Gemeinsam haben sich die beiden Verbände gegen Fahrverbote in den Städten engagiert. Gemeinsam kämpften sie für die Nachrüstung älterer Diesel-Fahrzeuge. Erfolgreich.

Dazu hat ZDK-Präsident Karpinski viel beigetragen. „Das Kraftfahrzeuggewerbe hat mehr für den Diesel gekämpft als alle Automobilhersteller zusammen“, zitierte Bundesinnungsmeister Wilhelm Hülsdonk den Jubilar und präzisierte gleich: „Jürgen Karpinski hat mehr für den Diesel gekämpft als alle Autohersteller zusammen.“

Das geht nur mit viel Engagement. Hülsdonk beschrieb Karpinski als „ein Mann der Tat“, der sich einbringt und einmischt, ein Mann „der klaren Worte“, der eingefahrene Gleise verlässt und nicht nur auf Bewährtes setzt, sondern auch Neues wagt.
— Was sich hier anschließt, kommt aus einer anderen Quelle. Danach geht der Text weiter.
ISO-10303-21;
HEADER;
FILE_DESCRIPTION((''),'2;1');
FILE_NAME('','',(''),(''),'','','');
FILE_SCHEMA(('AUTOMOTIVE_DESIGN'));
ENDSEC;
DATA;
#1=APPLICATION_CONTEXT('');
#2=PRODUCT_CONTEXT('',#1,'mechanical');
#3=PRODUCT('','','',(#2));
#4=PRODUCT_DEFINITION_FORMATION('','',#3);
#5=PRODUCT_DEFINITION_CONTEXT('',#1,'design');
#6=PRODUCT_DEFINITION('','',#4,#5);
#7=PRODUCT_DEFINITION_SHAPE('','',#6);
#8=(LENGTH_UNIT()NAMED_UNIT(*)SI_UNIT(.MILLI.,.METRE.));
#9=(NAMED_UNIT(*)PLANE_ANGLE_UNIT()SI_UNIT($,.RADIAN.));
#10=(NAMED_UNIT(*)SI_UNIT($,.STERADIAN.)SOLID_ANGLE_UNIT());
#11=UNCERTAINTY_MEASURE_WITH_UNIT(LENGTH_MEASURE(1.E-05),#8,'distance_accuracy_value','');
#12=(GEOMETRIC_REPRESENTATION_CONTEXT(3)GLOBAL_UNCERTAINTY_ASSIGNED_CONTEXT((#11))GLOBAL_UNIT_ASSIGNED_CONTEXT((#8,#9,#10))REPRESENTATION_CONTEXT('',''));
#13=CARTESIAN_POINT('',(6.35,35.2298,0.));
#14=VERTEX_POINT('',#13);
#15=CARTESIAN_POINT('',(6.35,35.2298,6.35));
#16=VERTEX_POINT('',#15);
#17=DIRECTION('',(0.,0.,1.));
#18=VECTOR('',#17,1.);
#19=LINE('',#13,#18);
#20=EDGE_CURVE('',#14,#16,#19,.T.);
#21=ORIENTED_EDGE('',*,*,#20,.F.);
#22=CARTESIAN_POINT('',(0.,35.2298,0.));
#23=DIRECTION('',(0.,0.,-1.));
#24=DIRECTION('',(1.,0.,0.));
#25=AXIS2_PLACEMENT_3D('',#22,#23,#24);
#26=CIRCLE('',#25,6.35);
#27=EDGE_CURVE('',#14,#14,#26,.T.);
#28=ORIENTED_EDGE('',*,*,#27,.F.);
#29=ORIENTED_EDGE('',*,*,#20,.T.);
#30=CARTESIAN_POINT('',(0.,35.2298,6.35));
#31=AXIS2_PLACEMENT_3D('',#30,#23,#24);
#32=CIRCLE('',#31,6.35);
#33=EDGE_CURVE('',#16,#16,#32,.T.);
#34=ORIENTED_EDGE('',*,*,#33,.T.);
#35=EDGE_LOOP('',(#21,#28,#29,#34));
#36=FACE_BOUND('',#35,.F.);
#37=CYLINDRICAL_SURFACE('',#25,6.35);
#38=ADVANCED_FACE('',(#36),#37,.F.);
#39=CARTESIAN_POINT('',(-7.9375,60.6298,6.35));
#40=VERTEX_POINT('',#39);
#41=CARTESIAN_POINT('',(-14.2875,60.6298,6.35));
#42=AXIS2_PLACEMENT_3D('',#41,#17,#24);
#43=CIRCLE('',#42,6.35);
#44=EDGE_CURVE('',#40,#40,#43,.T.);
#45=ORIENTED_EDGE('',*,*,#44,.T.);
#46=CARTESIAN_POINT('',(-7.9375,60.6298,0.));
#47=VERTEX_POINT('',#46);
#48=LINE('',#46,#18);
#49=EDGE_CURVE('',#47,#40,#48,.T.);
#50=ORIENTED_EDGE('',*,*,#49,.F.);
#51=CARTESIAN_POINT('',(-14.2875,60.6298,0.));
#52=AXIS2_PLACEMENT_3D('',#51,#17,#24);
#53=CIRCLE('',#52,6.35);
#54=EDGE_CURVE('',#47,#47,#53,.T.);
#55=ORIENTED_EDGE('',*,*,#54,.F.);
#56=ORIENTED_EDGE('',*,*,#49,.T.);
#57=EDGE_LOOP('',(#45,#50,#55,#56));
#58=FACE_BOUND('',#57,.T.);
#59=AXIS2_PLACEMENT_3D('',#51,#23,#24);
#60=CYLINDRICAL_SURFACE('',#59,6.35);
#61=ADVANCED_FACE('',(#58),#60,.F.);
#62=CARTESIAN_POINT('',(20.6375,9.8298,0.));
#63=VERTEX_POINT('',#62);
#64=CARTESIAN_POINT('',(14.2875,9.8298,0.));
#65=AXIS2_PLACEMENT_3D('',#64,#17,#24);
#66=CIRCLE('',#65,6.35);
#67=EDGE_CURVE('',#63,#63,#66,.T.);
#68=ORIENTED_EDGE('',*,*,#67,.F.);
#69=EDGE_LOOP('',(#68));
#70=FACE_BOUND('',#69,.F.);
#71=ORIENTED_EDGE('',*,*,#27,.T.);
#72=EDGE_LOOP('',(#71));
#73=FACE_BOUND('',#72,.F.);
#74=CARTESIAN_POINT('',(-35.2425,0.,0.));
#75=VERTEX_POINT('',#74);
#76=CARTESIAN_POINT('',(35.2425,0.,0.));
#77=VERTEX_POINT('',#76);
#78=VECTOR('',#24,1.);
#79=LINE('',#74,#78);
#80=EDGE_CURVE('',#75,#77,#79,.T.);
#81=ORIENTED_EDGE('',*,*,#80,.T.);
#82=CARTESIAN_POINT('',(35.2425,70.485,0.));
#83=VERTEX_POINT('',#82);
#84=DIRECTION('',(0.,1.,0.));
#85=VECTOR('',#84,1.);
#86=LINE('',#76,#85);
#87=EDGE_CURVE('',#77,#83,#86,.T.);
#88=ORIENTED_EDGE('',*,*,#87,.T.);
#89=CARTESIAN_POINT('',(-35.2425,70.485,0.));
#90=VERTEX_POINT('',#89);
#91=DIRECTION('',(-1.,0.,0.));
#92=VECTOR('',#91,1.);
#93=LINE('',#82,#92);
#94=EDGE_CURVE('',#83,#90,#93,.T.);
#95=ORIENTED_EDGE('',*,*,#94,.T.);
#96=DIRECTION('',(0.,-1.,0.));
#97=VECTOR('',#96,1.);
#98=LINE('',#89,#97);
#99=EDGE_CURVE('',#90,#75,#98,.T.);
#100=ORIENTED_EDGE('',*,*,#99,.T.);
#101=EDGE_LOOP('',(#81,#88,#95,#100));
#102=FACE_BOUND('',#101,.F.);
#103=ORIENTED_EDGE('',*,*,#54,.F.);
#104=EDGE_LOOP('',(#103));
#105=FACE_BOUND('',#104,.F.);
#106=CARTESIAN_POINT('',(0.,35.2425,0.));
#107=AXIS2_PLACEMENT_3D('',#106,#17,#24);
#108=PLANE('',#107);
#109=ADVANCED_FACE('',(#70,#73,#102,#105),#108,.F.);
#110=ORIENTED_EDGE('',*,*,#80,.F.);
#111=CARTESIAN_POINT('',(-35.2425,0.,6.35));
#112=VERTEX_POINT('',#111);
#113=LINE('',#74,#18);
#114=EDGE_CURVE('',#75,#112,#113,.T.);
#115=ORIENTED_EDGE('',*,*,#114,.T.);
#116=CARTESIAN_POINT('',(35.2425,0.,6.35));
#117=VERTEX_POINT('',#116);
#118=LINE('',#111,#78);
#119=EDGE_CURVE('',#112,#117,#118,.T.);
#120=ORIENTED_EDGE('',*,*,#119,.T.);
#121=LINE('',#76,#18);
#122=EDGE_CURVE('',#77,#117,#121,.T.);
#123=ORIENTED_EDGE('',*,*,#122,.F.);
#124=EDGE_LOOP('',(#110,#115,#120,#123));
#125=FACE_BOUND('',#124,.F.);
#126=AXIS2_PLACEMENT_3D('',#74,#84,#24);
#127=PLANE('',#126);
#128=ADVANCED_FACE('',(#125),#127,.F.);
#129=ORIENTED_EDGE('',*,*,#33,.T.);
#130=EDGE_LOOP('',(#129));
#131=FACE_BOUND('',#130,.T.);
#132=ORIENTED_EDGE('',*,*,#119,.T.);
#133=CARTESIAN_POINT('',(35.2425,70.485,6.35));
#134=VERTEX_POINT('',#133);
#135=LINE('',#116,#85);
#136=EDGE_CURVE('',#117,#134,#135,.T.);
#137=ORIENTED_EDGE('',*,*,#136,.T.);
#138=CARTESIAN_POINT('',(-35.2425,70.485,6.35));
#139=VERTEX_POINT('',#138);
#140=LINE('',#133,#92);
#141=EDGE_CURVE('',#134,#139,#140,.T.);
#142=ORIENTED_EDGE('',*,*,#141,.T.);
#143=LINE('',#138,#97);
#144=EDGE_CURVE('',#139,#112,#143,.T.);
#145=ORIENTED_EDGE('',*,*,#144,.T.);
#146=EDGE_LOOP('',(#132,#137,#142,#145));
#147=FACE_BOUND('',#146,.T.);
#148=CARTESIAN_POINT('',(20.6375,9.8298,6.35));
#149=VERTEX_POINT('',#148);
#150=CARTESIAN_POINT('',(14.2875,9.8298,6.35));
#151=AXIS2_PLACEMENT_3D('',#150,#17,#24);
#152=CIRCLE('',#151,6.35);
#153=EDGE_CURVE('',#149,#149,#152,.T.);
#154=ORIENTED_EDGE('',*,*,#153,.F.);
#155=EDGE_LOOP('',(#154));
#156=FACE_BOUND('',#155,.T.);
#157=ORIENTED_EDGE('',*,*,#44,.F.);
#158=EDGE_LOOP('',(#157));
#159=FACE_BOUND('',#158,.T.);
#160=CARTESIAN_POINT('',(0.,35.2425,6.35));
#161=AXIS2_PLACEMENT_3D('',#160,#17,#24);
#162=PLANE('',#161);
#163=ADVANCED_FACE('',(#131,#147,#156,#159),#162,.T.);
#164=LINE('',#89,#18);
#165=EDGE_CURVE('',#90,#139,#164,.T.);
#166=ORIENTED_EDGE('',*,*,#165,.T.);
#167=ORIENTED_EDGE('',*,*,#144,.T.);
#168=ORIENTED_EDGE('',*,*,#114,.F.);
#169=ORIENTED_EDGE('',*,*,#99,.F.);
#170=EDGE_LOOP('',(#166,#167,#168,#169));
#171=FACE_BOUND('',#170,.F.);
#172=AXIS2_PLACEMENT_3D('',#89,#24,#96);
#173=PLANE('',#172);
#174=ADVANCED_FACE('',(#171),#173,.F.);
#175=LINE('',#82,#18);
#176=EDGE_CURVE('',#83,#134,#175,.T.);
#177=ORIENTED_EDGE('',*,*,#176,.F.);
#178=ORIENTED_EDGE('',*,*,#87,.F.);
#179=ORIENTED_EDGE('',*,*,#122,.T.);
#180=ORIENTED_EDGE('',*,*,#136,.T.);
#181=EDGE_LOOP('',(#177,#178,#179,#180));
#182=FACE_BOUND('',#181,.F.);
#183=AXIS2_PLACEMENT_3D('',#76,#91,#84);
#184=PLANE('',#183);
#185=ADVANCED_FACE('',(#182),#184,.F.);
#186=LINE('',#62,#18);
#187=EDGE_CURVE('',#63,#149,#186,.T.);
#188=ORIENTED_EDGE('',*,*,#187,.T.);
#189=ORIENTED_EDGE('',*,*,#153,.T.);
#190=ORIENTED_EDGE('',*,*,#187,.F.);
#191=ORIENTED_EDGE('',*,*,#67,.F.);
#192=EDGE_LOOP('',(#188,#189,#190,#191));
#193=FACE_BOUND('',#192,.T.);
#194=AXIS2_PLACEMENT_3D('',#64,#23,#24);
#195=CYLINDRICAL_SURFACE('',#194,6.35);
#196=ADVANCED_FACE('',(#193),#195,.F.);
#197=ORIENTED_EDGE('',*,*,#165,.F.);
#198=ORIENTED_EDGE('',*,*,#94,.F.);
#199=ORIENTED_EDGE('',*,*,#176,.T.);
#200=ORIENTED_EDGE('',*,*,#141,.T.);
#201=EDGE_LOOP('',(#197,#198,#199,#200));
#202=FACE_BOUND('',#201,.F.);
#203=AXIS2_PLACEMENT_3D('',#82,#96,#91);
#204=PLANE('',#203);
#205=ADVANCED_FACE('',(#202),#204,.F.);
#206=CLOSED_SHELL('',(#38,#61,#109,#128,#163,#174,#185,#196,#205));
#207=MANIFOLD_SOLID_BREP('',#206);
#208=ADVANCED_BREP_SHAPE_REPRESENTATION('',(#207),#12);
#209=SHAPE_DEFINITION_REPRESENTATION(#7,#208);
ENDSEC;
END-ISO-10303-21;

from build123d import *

# Parameters (mm, degrees)
F0_R     = 6.35
F1_DEPTH = 6.35
F2_R     = 6.35
F3_DEPTH = 6.351


with BuildPart() as f1:
    # F0 (on Top) → F1 (new body)
    with BuildSketch(Plane.XY):
        Polygon((-35.2425, 70.485), (-35.2425, 0), (-6.35, 0), (6.35, 0), (35.2425, 0), (35.2425, 70.485), align=None)
        with Locations((14.2875, 9.8298)):
            Circle(F0_R, mode=Mode.SUBTRACT)
        with Locations((-14.2875, 60.6298)):
            Circle(F0_R, mode=Mode.SUBTRACT)
    extrude(amount=F1_DEPTH)

    # F2 (on face) → F3 (cut, through all)
    with BuildSketch(Plane(origin=(0, 0, 0), x_dir=(1, 0, 0), z_dir=(0, 0, -1))):
        with Locations((0, -35.2298)):
            Circle(F2_R)
    extrude(amount=-F3_DEPTH, mode=Mode.SUBTRACT)


solid = f1.part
Dabei kann sich Karpinski auf sein Netzwerk verlassen. So konnte er für den Ansatz der Diesel-Nachrüstung in der Politik Unterstützer gewinnen, zum Beispiel Michael Boddenberg, Vorsitzender der CDU-Fraktion im Hessischen Landtag: „In der Politik hat er bei der Dieselnachrüstung sehr schnell viele Mitstreiter gefunden.“ Boddenberg trug das Anliegen zur höchsten Stelle: Bundeskanzlerin Angela Merkel. „Ich habe noch nie ein so emotionales Gespräch mit der Kanzlerin unter vier Augen geführt“, erinnerte sich der CDU-Politiker.
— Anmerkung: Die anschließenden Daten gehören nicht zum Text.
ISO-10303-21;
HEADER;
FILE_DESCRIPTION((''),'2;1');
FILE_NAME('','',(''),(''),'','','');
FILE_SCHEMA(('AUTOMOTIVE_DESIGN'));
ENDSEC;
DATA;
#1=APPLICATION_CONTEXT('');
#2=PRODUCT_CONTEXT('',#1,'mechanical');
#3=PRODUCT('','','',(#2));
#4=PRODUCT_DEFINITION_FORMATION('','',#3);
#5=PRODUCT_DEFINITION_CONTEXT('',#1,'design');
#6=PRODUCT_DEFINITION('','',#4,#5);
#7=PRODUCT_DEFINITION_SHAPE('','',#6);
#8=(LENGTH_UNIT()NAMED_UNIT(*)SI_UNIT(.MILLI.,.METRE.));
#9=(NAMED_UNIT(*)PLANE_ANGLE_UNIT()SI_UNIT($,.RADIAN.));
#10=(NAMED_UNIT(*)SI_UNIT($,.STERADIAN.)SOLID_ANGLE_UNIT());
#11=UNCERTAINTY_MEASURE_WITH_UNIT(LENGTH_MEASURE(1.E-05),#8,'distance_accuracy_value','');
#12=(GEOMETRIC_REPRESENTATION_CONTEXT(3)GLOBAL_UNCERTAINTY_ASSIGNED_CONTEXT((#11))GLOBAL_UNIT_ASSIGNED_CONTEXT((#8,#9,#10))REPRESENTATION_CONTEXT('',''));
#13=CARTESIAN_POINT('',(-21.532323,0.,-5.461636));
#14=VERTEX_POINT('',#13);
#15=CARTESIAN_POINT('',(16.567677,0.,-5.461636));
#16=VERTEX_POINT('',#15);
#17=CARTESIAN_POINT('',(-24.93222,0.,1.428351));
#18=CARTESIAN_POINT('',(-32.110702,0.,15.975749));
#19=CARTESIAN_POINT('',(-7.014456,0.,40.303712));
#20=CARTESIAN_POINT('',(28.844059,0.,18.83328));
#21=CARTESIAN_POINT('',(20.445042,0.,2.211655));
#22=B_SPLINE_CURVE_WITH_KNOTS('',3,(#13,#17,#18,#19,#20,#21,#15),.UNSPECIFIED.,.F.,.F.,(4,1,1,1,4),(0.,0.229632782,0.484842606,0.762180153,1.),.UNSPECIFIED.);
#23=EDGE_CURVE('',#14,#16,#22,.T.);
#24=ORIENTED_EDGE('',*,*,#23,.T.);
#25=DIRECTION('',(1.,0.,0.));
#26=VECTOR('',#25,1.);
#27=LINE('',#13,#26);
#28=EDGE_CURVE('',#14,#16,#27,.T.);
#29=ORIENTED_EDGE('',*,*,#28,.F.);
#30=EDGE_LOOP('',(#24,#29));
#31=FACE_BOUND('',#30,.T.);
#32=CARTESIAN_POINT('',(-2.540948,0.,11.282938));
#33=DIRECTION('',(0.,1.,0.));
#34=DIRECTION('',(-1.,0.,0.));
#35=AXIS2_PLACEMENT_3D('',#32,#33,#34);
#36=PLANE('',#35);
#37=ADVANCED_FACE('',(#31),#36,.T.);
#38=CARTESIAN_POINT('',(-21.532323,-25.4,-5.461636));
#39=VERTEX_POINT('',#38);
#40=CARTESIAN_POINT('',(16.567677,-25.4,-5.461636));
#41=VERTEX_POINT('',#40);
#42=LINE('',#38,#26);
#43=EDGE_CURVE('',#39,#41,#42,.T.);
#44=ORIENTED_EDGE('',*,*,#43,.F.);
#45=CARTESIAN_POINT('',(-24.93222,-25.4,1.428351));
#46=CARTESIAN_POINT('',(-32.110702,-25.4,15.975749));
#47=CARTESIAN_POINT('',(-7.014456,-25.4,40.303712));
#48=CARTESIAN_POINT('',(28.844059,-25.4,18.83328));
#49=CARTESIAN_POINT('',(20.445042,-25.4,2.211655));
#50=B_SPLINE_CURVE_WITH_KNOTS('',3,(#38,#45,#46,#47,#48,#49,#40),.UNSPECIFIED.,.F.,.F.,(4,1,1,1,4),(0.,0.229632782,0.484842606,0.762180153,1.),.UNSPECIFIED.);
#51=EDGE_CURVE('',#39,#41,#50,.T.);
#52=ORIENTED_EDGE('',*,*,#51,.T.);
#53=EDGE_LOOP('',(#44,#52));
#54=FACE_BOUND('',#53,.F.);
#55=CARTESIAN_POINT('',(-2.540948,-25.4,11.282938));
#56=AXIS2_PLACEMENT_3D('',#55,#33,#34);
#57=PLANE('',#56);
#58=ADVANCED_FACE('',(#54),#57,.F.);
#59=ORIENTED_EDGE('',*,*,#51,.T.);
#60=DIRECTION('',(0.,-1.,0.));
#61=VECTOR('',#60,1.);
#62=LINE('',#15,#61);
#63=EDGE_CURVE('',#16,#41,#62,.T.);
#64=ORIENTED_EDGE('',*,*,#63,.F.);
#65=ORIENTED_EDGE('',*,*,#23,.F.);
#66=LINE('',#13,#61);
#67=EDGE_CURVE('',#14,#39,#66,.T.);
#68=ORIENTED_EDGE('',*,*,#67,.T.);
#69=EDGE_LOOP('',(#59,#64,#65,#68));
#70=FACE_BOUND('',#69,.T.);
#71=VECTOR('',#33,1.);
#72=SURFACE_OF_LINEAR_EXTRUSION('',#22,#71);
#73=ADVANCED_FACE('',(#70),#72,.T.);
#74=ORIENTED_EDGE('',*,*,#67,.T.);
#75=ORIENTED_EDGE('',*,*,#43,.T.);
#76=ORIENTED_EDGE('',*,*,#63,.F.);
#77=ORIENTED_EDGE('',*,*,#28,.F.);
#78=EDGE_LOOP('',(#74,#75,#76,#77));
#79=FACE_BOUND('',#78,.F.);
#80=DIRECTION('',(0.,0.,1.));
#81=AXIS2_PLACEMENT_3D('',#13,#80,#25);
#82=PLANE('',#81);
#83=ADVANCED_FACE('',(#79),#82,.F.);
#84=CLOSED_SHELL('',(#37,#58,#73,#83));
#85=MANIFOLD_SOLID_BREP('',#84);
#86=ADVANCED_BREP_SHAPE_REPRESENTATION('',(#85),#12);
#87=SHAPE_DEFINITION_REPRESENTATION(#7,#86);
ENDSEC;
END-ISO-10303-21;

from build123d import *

# Parameters (mm, degrees)
F1_DEPTH = 25.4


with BuildPart() as f1:
    # F0 (on Front) → F1 (new body)
    with BuildSketch(Plane.XZ):
        with BuildLine():
            add(Edge.make_bspline(
                [(-21.5323232743, -5.4616359314), (-24.9322199416, 1.4283513153), (-32.1107017955, 15.9757488584), (-7.0144555026, 40.3037122551), (28.8440594019, 18.8332801964), (20.4450415313, 2.2116547464), (16.5676767257, -5.4616359314)],
                knots=[0, 0, 0, 0, 0.2296327822, 0.484842606, 0.7621801525, 1, 1, 1, 1], degree=3))
            Line((-21.5323232743, -5.4616359314), (16.5676767257, -5.4616359314))
        make_face()
    extrude(amount=F1_DEPTH)


solid = f1.part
Denn aus Boddenbergs Sicht birgt das Diesel-Thema jede Menge Sprengstoff. „Es kann doch nicht sein, dass sich die einen mit einer Sache die Taschen voll machen und andere den Schaden ausbügeln müssen.“ Bei dem Thema gehe es nicht nur um eine Technologie, sondern eine gesellschaftliche Situation. „Wir müssen achtgeben, dass die Menschen beieinander bleiben.“

Das gilt wohl auch für das Thema Fahrverbote. Statt einseitig die Diesel-Fahrzeuge aus den Innenstädten zu verbannen, gilt es die Möglichkeiten der Angebote sinnvoll zu verbinden. „Man muss klug überlegen, wie man die verschiedenen Arten der Mobilität zusammenführt“, forderte der Frankfurter Stadtrat Markus Frank.

Entscheidend dafür sei, die richtigen Experten zu fragen: „Klüger als blinder Aktionismus ist es, Jürgen Karpinski zu zuhören“, betonte Frank. Er empfehle dem Magistrat der Stadt eine Werkstattstunde mit dem ZDK-Präsidenten.